# DATA FOR THIS TASK:
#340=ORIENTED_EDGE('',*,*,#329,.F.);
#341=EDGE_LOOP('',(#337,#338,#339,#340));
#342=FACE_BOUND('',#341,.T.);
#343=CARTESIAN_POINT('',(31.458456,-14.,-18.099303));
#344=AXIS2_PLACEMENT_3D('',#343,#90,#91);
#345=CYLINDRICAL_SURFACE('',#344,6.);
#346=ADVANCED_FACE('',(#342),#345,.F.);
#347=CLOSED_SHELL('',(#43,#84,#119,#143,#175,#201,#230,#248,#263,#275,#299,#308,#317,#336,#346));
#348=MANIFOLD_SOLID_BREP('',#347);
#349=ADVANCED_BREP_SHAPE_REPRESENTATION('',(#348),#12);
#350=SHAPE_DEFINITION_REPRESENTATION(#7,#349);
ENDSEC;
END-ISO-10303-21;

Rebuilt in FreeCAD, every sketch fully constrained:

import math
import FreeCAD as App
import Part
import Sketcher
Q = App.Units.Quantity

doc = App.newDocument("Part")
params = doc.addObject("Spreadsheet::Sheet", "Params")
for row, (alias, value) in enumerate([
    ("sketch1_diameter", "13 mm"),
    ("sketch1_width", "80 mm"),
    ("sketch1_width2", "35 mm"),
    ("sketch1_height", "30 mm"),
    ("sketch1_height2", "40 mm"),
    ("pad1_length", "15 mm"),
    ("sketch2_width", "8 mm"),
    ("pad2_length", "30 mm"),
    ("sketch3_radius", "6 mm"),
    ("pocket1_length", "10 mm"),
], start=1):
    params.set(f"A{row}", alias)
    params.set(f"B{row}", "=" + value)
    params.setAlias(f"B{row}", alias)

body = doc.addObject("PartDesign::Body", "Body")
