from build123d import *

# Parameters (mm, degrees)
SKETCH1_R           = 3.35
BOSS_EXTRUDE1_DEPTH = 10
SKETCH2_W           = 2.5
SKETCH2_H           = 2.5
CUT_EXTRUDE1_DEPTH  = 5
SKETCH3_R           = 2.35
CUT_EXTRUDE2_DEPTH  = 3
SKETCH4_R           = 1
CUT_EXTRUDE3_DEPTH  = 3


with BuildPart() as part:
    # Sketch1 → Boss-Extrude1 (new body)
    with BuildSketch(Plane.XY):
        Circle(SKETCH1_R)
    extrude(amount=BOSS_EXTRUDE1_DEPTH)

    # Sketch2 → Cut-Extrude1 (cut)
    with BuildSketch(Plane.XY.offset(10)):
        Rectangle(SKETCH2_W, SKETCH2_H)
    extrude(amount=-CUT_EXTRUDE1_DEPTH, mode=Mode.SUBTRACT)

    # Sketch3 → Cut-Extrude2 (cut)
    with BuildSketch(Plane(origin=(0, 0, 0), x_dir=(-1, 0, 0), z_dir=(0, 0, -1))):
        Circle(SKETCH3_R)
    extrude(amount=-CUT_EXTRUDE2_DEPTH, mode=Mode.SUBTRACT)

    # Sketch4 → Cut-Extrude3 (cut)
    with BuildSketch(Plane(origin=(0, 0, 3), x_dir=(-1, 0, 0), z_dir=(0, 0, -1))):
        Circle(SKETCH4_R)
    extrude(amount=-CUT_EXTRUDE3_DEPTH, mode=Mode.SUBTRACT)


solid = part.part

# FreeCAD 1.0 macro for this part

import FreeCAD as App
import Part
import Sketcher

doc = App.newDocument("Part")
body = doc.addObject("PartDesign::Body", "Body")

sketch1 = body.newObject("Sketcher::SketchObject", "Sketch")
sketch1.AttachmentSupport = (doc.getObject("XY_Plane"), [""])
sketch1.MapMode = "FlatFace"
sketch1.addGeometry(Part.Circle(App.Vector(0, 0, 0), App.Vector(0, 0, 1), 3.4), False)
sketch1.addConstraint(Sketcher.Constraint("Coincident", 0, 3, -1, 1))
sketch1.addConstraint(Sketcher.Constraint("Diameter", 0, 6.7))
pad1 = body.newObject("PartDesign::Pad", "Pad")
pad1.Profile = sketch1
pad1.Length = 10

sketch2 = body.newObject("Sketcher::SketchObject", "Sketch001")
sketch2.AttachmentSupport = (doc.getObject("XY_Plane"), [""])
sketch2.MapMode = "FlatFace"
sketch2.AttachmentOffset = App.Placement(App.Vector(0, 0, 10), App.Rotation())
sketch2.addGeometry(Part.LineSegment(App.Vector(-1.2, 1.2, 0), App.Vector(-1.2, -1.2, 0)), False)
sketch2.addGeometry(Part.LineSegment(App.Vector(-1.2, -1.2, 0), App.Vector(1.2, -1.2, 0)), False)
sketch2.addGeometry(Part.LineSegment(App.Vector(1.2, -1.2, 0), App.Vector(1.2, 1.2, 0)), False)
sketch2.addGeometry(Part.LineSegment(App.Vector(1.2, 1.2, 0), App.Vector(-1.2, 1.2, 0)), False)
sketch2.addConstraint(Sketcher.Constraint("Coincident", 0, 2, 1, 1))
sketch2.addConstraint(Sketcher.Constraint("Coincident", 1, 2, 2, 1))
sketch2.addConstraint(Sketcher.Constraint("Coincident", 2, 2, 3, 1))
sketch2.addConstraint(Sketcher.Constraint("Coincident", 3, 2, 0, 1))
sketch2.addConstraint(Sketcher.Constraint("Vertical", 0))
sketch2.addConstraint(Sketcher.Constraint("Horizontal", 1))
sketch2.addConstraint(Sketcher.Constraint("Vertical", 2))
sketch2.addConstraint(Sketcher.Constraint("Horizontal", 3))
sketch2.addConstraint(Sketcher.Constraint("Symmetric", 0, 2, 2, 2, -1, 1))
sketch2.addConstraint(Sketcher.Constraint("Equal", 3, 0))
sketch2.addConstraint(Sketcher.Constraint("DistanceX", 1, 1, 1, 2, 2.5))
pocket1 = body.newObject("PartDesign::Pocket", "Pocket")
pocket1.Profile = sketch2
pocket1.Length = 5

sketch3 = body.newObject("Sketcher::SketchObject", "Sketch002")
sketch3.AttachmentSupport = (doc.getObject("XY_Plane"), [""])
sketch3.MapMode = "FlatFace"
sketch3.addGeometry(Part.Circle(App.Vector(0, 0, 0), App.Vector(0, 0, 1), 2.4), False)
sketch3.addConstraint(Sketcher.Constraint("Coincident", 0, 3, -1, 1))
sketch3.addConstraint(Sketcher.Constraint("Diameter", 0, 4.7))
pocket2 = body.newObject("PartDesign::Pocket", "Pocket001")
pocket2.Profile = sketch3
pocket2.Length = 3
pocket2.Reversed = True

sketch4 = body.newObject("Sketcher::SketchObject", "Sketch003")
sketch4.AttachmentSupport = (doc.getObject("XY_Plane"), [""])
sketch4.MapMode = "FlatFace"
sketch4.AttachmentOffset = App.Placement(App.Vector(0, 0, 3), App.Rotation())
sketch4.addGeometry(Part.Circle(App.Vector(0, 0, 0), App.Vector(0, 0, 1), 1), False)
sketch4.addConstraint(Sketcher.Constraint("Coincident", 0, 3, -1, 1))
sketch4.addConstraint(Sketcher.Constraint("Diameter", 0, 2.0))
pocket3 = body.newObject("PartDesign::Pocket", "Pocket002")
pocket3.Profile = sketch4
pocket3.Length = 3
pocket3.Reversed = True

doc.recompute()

==

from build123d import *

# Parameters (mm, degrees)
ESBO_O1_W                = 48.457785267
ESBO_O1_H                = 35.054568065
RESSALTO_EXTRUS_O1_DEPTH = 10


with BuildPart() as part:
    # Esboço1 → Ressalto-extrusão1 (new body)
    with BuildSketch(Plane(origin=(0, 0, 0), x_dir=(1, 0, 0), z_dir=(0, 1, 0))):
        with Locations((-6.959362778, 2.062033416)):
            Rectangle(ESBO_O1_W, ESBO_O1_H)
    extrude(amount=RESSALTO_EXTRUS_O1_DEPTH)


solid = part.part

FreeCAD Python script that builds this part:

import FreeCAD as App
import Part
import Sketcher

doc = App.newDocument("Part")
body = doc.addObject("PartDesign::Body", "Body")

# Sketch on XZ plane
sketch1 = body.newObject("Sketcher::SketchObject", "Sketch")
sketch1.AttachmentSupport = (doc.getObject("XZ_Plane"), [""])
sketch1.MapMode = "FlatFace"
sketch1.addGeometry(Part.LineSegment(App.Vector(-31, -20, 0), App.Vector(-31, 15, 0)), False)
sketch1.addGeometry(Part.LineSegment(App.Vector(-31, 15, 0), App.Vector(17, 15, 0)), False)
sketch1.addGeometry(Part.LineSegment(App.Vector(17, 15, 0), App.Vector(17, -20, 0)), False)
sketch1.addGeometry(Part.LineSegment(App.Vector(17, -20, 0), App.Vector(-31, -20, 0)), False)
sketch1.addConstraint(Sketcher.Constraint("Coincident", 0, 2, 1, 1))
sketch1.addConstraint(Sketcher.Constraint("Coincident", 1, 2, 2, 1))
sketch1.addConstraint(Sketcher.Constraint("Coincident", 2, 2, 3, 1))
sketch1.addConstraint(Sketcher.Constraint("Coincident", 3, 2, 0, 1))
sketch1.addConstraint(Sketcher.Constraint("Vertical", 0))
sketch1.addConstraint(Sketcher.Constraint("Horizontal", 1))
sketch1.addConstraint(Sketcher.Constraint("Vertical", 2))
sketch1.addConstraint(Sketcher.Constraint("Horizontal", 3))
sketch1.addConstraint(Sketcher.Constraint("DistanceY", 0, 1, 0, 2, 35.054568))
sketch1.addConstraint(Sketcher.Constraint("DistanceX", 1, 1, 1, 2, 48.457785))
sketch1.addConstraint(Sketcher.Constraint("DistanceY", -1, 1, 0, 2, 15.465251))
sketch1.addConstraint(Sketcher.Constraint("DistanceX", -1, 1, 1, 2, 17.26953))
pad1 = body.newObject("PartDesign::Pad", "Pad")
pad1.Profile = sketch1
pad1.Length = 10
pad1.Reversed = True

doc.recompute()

* * *

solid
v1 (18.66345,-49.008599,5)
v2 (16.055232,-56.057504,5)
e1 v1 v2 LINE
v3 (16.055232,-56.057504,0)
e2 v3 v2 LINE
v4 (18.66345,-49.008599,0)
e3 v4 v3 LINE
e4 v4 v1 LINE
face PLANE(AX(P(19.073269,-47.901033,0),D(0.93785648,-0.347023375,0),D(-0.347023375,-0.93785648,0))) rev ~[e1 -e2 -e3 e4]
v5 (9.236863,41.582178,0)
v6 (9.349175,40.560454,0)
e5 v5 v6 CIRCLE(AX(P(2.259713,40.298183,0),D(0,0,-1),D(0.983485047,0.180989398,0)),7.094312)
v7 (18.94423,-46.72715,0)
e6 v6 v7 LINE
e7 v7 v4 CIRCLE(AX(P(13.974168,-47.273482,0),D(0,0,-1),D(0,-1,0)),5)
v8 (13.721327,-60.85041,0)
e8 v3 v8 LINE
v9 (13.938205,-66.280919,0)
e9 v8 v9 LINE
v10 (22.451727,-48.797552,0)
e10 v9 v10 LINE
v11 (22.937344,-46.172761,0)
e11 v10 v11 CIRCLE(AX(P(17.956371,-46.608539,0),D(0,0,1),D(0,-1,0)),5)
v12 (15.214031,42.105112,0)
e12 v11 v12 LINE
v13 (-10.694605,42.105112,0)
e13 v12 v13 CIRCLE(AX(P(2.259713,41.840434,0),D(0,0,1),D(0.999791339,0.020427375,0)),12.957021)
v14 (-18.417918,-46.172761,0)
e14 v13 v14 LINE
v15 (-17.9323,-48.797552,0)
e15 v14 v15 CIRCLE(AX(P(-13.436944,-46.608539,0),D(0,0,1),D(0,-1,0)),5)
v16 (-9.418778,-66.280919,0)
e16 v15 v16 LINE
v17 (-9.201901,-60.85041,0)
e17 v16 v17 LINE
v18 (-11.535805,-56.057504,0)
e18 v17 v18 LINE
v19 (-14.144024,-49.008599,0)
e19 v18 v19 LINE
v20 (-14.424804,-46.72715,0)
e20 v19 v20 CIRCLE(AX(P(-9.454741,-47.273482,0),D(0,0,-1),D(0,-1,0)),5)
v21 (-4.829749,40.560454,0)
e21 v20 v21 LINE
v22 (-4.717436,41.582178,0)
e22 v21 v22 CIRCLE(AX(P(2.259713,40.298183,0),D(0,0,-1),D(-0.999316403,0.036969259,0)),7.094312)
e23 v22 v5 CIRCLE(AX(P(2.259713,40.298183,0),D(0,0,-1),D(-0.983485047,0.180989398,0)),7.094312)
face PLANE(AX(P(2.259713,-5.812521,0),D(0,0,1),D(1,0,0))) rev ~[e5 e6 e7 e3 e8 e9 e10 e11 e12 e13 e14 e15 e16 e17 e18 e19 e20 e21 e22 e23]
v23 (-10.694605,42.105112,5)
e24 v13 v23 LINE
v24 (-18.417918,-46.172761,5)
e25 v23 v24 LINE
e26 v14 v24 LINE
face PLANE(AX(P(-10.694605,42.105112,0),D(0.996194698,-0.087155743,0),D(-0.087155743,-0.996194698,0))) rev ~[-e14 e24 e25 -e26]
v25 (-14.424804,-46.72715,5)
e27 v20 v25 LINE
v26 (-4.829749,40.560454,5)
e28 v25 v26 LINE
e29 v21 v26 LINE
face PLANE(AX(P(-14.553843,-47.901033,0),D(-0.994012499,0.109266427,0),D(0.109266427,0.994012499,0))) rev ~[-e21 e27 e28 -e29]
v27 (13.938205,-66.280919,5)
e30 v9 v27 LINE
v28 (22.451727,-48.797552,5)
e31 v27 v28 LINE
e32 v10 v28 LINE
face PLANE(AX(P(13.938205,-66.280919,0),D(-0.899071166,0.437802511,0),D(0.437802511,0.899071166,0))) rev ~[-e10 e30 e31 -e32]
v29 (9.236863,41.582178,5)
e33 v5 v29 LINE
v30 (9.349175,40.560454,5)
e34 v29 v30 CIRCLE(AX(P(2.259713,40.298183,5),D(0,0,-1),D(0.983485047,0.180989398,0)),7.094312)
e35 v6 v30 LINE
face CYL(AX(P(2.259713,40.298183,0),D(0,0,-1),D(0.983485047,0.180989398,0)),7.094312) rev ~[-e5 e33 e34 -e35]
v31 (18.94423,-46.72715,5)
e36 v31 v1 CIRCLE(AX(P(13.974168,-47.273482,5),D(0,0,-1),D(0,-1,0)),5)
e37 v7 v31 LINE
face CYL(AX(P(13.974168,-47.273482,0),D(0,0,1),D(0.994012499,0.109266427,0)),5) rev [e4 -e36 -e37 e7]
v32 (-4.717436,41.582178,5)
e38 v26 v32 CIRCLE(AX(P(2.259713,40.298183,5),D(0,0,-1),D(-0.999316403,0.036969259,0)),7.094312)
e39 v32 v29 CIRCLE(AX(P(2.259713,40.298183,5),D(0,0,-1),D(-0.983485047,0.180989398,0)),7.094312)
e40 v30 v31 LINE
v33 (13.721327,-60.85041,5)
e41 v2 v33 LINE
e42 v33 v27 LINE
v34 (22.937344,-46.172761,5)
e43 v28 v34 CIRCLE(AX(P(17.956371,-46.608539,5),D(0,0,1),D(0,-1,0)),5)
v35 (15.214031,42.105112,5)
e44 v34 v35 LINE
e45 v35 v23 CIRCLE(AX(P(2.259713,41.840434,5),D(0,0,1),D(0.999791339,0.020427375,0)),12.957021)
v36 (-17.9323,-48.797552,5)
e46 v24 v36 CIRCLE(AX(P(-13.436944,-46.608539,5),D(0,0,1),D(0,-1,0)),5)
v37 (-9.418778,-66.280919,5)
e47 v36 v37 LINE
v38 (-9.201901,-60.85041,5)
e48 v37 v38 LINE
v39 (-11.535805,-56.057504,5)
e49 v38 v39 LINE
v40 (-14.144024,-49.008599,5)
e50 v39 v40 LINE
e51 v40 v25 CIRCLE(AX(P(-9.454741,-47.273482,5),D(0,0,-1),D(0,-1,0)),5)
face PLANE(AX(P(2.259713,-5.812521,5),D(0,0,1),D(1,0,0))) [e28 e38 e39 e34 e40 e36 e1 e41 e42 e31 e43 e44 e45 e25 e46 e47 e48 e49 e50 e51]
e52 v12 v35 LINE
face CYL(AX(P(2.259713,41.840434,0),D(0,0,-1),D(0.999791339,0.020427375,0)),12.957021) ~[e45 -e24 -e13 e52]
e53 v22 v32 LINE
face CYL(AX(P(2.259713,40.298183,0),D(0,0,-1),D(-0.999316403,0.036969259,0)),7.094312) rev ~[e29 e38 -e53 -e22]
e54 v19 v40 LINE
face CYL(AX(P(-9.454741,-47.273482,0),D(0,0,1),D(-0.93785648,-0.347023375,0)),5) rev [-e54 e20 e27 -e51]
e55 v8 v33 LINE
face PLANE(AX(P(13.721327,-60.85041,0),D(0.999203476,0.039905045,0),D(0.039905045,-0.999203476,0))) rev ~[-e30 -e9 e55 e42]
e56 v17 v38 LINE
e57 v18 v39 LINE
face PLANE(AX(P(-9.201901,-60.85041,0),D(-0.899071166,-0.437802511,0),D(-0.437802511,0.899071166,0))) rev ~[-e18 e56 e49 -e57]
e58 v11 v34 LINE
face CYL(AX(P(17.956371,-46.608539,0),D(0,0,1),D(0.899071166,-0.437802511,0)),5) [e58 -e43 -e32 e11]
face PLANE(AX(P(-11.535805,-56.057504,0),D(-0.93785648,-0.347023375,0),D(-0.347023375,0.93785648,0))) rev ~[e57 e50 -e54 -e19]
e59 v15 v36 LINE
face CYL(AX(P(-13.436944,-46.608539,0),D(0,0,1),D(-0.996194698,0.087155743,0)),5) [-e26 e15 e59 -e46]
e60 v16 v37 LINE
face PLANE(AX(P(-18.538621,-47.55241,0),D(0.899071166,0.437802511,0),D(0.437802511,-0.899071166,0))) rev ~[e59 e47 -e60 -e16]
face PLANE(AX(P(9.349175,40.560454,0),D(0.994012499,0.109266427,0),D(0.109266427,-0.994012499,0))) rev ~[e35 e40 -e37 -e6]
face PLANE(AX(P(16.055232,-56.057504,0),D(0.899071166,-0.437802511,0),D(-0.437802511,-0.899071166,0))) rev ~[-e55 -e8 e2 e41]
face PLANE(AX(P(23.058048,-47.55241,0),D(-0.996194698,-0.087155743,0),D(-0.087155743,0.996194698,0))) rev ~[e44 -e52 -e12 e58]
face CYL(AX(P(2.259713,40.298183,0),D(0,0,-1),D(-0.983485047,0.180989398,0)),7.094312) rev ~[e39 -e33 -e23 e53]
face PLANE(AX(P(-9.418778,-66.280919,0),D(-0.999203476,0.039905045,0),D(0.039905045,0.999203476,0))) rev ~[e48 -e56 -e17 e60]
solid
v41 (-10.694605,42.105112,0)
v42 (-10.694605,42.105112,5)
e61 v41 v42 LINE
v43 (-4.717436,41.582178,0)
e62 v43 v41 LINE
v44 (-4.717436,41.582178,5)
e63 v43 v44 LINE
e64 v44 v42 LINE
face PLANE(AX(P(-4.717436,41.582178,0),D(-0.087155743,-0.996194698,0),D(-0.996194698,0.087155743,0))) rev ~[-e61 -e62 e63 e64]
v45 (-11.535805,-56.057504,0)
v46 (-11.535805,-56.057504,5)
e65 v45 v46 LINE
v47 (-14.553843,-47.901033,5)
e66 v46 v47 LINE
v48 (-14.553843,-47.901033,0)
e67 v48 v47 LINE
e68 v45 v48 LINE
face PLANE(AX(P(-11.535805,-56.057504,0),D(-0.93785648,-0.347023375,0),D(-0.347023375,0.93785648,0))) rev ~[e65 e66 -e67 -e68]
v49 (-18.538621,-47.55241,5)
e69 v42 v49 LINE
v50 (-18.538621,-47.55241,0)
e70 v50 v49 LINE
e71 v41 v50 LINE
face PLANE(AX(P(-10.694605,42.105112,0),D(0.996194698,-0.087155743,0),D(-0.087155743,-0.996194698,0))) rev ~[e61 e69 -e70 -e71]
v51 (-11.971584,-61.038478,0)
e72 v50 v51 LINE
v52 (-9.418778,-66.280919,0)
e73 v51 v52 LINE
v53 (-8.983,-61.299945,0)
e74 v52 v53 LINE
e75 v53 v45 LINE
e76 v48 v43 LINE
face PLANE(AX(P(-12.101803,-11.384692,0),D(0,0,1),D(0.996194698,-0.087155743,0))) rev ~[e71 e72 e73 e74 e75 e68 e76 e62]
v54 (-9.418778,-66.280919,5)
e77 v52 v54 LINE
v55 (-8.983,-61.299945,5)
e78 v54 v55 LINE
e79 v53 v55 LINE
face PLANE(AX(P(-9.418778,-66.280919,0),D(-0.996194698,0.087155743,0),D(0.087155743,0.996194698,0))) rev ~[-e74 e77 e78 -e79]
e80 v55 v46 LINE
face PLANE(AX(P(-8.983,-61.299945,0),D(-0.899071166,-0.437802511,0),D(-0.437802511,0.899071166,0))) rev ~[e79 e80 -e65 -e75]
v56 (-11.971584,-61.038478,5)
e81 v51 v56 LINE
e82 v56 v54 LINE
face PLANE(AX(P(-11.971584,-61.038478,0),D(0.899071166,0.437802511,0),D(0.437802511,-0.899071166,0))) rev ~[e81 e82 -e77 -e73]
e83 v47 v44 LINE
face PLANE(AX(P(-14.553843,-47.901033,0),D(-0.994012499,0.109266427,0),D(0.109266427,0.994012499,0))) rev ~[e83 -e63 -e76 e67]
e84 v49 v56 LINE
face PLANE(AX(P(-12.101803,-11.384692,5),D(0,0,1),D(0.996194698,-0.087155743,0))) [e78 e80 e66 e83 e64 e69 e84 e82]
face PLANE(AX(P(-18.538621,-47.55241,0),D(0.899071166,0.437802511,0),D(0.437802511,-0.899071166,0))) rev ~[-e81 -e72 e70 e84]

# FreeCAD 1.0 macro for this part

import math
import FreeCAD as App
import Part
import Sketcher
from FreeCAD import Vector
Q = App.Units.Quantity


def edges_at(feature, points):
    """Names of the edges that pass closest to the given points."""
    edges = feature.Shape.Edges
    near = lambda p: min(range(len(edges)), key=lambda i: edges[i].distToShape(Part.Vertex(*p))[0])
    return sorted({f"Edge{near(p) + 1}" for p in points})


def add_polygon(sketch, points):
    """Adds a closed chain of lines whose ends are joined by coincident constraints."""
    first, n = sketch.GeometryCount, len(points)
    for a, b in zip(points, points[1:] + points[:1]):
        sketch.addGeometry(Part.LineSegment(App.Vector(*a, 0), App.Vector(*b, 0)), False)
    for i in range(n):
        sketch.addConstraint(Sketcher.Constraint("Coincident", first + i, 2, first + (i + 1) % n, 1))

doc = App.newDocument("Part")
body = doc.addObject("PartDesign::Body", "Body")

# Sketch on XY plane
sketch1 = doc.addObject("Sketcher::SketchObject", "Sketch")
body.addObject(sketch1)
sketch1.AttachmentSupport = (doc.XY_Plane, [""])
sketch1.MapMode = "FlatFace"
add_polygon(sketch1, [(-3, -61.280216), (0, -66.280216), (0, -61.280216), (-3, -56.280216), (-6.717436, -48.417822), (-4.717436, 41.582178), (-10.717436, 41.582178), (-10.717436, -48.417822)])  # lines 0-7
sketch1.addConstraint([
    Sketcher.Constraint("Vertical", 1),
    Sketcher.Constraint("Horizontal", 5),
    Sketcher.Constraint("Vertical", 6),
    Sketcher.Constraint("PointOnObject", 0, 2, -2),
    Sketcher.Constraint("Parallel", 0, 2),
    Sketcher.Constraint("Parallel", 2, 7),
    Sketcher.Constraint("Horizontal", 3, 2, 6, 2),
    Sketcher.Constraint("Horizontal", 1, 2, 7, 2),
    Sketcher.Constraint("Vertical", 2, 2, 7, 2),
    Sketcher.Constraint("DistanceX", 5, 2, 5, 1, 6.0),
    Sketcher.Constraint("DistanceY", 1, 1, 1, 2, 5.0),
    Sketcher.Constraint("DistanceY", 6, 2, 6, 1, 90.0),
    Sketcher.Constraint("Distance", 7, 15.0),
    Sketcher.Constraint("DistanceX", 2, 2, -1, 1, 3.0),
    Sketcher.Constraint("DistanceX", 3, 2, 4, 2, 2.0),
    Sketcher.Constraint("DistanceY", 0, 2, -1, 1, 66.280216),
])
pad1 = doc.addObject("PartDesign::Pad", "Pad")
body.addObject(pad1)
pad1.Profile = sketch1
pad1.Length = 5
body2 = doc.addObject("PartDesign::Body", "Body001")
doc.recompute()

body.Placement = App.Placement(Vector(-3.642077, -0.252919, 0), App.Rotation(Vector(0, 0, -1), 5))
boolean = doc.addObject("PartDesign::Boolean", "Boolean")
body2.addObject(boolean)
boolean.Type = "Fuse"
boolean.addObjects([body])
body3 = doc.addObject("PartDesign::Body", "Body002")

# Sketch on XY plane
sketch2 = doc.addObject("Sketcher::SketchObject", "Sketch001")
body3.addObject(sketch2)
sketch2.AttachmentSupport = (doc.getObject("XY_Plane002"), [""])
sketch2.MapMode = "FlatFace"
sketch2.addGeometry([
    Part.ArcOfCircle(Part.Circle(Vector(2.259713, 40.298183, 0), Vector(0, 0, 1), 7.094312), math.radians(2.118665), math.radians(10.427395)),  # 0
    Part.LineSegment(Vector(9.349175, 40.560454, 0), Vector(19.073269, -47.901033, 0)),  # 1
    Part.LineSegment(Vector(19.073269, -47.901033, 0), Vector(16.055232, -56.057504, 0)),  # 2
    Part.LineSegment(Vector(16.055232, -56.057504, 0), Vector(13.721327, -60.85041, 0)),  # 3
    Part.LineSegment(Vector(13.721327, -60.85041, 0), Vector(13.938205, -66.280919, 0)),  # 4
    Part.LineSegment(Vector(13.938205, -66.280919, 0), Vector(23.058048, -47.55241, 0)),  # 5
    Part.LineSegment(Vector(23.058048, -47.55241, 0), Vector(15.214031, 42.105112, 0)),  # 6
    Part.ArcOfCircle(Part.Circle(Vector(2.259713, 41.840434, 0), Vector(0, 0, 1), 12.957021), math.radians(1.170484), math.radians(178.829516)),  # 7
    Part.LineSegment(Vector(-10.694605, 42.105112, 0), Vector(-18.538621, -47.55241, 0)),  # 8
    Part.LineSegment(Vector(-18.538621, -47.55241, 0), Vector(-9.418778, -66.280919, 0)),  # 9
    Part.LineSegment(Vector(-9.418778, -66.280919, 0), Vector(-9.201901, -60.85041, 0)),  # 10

# EXERCISE REQUIREMENTS:
Please return the lines above that run from the line containing "#340=ORIENTED_EDGE('',*,*,#329,.F.);" to the line containing "#346=ADVANCED_FACE('',(#342),#345,.F.);", inclusive, exactly and with no other lines.

# ANSWER SECTION:
#340=ORIENTED_EDGE('',*,*,#329,.F.);
#341=EDGE_LOOP('',(#337,#338,#339,#340));
#342=FACE_BOUND('',#341,.T.);
#343=CARTESIAN_POINT('',(31.458456,-14.,-18.099303));
#344=AXIS2_PLACEMENT_3D('',#343,#90,#91);
#345=CYLINDRICAL_SURFACE('',#344,6.);
#346=ADVANCED_FACE('',(#342),#345,.F.);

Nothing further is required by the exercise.